== DATA SUPPLIED
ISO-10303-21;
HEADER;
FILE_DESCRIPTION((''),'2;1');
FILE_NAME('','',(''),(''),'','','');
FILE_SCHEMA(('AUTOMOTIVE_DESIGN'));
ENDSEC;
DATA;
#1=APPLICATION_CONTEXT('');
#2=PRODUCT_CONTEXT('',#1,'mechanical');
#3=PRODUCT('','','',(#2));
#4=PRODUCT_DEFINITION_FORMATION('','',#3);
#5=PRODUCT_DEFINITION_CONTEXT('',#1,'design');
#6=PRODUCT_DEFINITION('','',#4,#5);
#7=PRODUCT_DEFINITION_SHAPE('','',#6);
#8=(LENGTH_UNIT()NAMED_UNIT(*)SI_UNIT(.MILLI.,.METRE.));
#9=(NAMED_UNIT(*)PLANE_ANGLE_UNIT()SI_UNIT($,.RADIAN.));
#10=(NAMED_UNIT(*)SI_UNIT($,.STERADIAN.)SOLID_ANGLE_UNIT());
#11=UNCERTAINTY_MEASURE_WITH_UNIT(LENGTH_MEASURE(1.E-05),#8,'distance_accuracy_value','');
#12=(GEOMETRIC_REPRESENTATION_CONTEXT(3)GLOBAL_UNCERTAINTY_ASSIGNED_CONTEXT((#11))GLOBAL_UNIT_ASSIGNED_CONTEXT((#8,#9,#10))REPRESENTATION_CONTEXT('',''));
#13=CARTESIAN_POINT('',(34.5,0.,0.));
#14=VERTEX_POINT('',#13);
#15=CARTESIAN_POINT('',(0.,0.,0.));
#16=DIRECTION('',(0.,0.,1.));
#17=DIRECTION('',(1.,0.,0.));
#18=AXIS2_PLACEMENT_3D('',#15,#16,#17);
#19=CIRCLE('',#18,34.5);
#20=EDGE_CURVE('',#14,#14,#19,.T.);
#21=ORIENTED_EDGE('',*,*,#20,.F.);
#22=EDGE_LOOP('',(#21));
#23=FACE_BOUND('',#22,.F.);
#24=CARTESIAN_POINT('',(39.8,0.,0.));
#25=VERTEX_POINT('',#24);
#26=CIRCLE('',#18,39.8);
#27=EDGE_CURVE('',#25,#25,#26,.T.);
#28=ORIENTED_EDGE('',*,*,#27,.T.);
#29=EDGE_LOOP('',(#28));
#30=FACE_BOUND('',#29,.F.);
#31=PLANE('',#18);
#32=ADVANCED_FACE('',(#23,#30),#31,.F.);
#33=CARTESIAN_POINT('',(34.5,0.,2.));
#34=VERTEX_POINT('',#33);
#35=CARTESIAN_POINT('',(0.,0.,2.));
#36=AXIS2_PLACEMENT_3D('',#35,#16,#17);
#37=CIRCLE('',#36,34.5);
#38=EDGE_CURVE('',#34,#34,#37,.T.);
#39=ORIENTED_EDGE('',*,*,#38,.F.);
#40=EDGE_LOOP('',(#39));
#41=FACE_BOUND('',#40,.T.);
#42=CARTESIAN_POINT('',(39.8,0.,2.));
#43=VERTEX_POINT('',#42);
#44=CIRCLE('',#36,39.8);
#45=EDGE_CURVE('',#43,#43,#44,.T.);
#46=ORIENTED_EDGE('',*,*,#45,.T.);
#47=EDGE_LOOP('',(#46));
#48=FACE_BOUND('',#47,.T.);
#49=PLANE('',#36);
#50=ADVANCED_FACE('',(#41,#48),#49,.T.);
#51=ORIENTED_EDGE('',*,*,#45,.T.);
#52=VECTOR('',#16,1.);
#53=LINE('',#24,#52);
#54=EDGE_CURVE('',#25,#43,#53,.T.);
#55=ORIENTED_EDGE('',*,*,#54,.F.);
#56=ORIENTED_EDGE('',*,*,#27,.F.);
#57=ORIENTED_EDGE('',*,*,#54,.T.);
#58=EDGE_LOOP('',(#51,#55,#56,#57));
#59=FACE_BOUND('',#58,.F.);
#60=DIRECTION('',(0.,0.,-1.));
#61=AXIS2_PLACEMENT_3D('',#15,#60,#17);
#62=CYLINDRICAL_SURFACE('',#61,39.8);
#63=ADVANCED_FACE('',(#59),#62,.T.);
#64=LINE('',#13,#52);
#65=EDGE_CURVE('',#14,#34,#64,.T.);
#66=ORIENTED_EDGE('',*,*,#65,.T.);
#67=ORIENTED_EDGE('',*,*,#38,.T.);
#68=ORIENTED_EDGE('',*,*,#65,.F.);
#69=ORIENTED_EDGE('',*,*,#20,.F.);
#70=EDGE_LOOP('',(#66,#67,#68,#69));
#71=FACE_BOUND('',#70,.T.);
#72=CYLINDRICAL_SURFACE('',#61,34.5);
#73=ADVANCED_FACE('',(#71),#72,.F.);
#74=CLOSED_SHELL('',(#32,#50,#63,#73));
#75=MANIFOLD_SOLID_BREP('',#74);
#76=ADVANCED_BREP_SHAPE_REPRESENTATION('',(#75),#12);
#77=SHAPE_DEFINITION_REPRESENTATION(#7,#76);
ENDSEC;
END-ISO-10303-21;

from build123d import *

# Parameters (mm, degrees)
SKETCH_R   = 39.8
SKETCH_R_2 = 34.5
PAD_DEPTH  = 2


with BuildPart() as part:
    # Sketch → Pad (new body)
    with BuildSketch(Plane.XY):
        Circle(SKETCH_R)
        Circle(SKETCH_R_2, mode=Mode.SUBTRACT)
    extrude(amount=PAD_DEPTH)


solid = part.part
====
**WHAT IS REQUIRED**
Exactly as written, restate every record in the listing.

**SOLUTION BELOW**
ISO-10303-21;
HEADER;
FILE_DESCRIPTION((''),'2;1');
FILE_NAME('','',(''),(''),'','','');
FILE_SCHEMA(('AUTOMOTIVE_DESIGN'));
ENDSEC;
DATA;
#1=APPLICATION_CONTEXT('');
#2=PRODUCT_CONTEXT('',#1,'mechanical');
#3=PRODUCT('','','',(#2));
#4=PRODUCT_DEFINITION_FORMATION('','',#3);
#5=PRODUCT_DEFINITION_CONTEXT('',#1,'design');
#6=PRODUCT_DEFINITION('','',#4,#5);
#7=PRODUCT_DEFINITION_SHAPE('','',#6);
#8=(LENGTH_UNIT()NAMED_UNIT(*)SI_UNIT(.MILLI.,.METRE.));
#9=(NAMED_UNIT(*)PLANE_ANGLE_UNIT()SI_UNIT($,.RADIAN.));
#10=(NAMED_UNIT(*)SI_UNIT($,.STERADIAN.)SOLID_ANGLE_UNIT());
#11=UNCERTAINTY_MEASURE_WITH_UNIT(LENGTH_MEASURE(1.E-05),#8,'distance_accuracy_value','');
#12=(GEOMETRIC_REPRESENTATION_CONTEXT(3)GLOBAL_UNCERTAINTY_ASSIGNED_CONTEXT((#11))GLOBAL_UNIT_ASSIGNED_CONTEXT((#8,#9,#10))REPRESENTATION_CONTEXT('',''));
#13=CARTESIAN_POINT('',(34.5,0.,0.));
#14=VERTEX_POINT('',#13);
#15=CARTESIAN_POINT('',(0.,0.,0.));
#16=DIRECTION('',(0.,0.,1.));
#17=DIRECTION('',(1.,0.,0.));
#18=AXIS2_PLACEMENT_3D('',#15,#16,#17);
#19=CIRCLE('',#18,34.5);
#20=EDGE_CURVE('',#14,#14,#19,.T.);
#21=ORIENTED_EDGE('',*,*,#20,.F.);
#22=EDGE_LOOP('',(#21));
#23=FACE_BOUND('',#22,.F.);
#24=CARTESIAN_POINT('',(39.8,0.,0.));
#25=VERTEX_POINT('',#24);
#26=CIRCLE('',#18,39.8);
#27=EDGE_CURVE('',#25,#25,#26,.T.);
#28=ORIENTED_EDGE('',*,*,#27,.T.);
#29=EDGE_LOOP('',(#28));
#30=FACE_BOUND('',#29,.F.);
#31=PLANE('',#18);
#32=ADVANCED_FACE('',(#23,#30),#31,.F.);
#33=CARTESIAN_POINT('',(34.5,0.,2.));
#34=VERTEX_POINT('',#33);
#35=CARTESIAN_POINT('',(0.,0.,2.));
#36=AXIS2_PLACEMENT_3D('',#35,#16,#17);
#37=CIRCLE('',#36,34.5);
#38=EDGE_CURVE('',#34,#34,#37,.T.);
#39=ORIENTED_EDGE('',*,*,#38,.F.);
#40=EDGE_LOOP('',(#39));
#41=FACE_BOUND('',#40,.T.);
#42=CARTESIAN_POINT('',(39.8,0.,2.));
#43=VERTEX_POINT('',#42);
#44=CIRCLE('',#36,39.8);
#45=EDGE_CURVE('',#43,#43,#44,.T.);
#46=ORIENTED_EDGE('',*,*,#45,.T.);
#47=EDGE_LOOP('',(#46));
#48=FACE_BOUND('',#47,.T.);
#49=PLANE('',#36);
#50=ADVANCED_FACE('',(#41,#48),#49,.T.);
#51=ORIENTED_EDGE('',*,*,#45,.T.);
#52=VECTOR('',#16,1.);
#53=LINE('',#24,#52);
#54=EDGE_CURVE('',#25,#43,#53,.T.);
#55=ORIENTED_EDGE('',*,*,#54,.F.);
#56=ORIENTED_EDGE('',*,*,#27,.F.);
#57=ORIENTED_EDGE('',*,*,#54,.T.);
#58=EDGE_LOOP('',(#51,#55,#56,#57));
#59=FACE_BOUND('',#58,.F.);
#60=DIRECTION('',(0.,0.,-1.));
#61=AXIS2_PLACEMENT_3D('',#15,#60,#17);
#62=CYLINDRICAL_SURFACE('',#61,39.8);
#63=ADVANCED_FACE('',(#59),#62,.T.);
#64=LINE('',#13,#52);
#65=EDGE_CURVE('',#14,#34,#64,.T.);
#66=ORIENTED_EDGE('',*,*,#65,.T.);
#67=ORIENTED_EDGE('',*,*,#38,.T.);
#68=ORIENTED_EDGE('',*,*,#65,.F.);
#69=ORIENTED_EDGE('',*,*,#20,.F.);
#70=EDGE_LOOP('',(#66,#67,#68,#69));
#71=FACE_BOUND('',#70,.T.);
#72=CYLINDRICAL_SURFACE('',#61,34.5);
#73=ADVANCED_FACE('',(#71),#72,.F.);
#74=CLOSED_SHELL('',(#32,#50,#63,#73));
#75=MANIFOLD_SOLID_BREP('',#74);
#76=ADVANCED_BREP_SHAPE_REPRESENTATION('',(#75),#12);
#77=SHAPE_DEFINITION_REPRESENTATION(#7,#76);
ENDSEC;
END-ISO-10303-21;

from build123d import *

# Parameters (mm, degrees)
SKETCH_R   = 39.8
SKETCH_R_2 = 34.5
PAD_DEPTH  = 2


with BuildPart() as part:
    # Sketch → Pad (new body)
    with BuildSketch(Plane.XY):
        Circle(SKETCH_R)
        Circle(SKETCH_R_2, mode=Mode.SUBTRACT)
    extrude(amount=PAD_DEPTH)


solid = part.part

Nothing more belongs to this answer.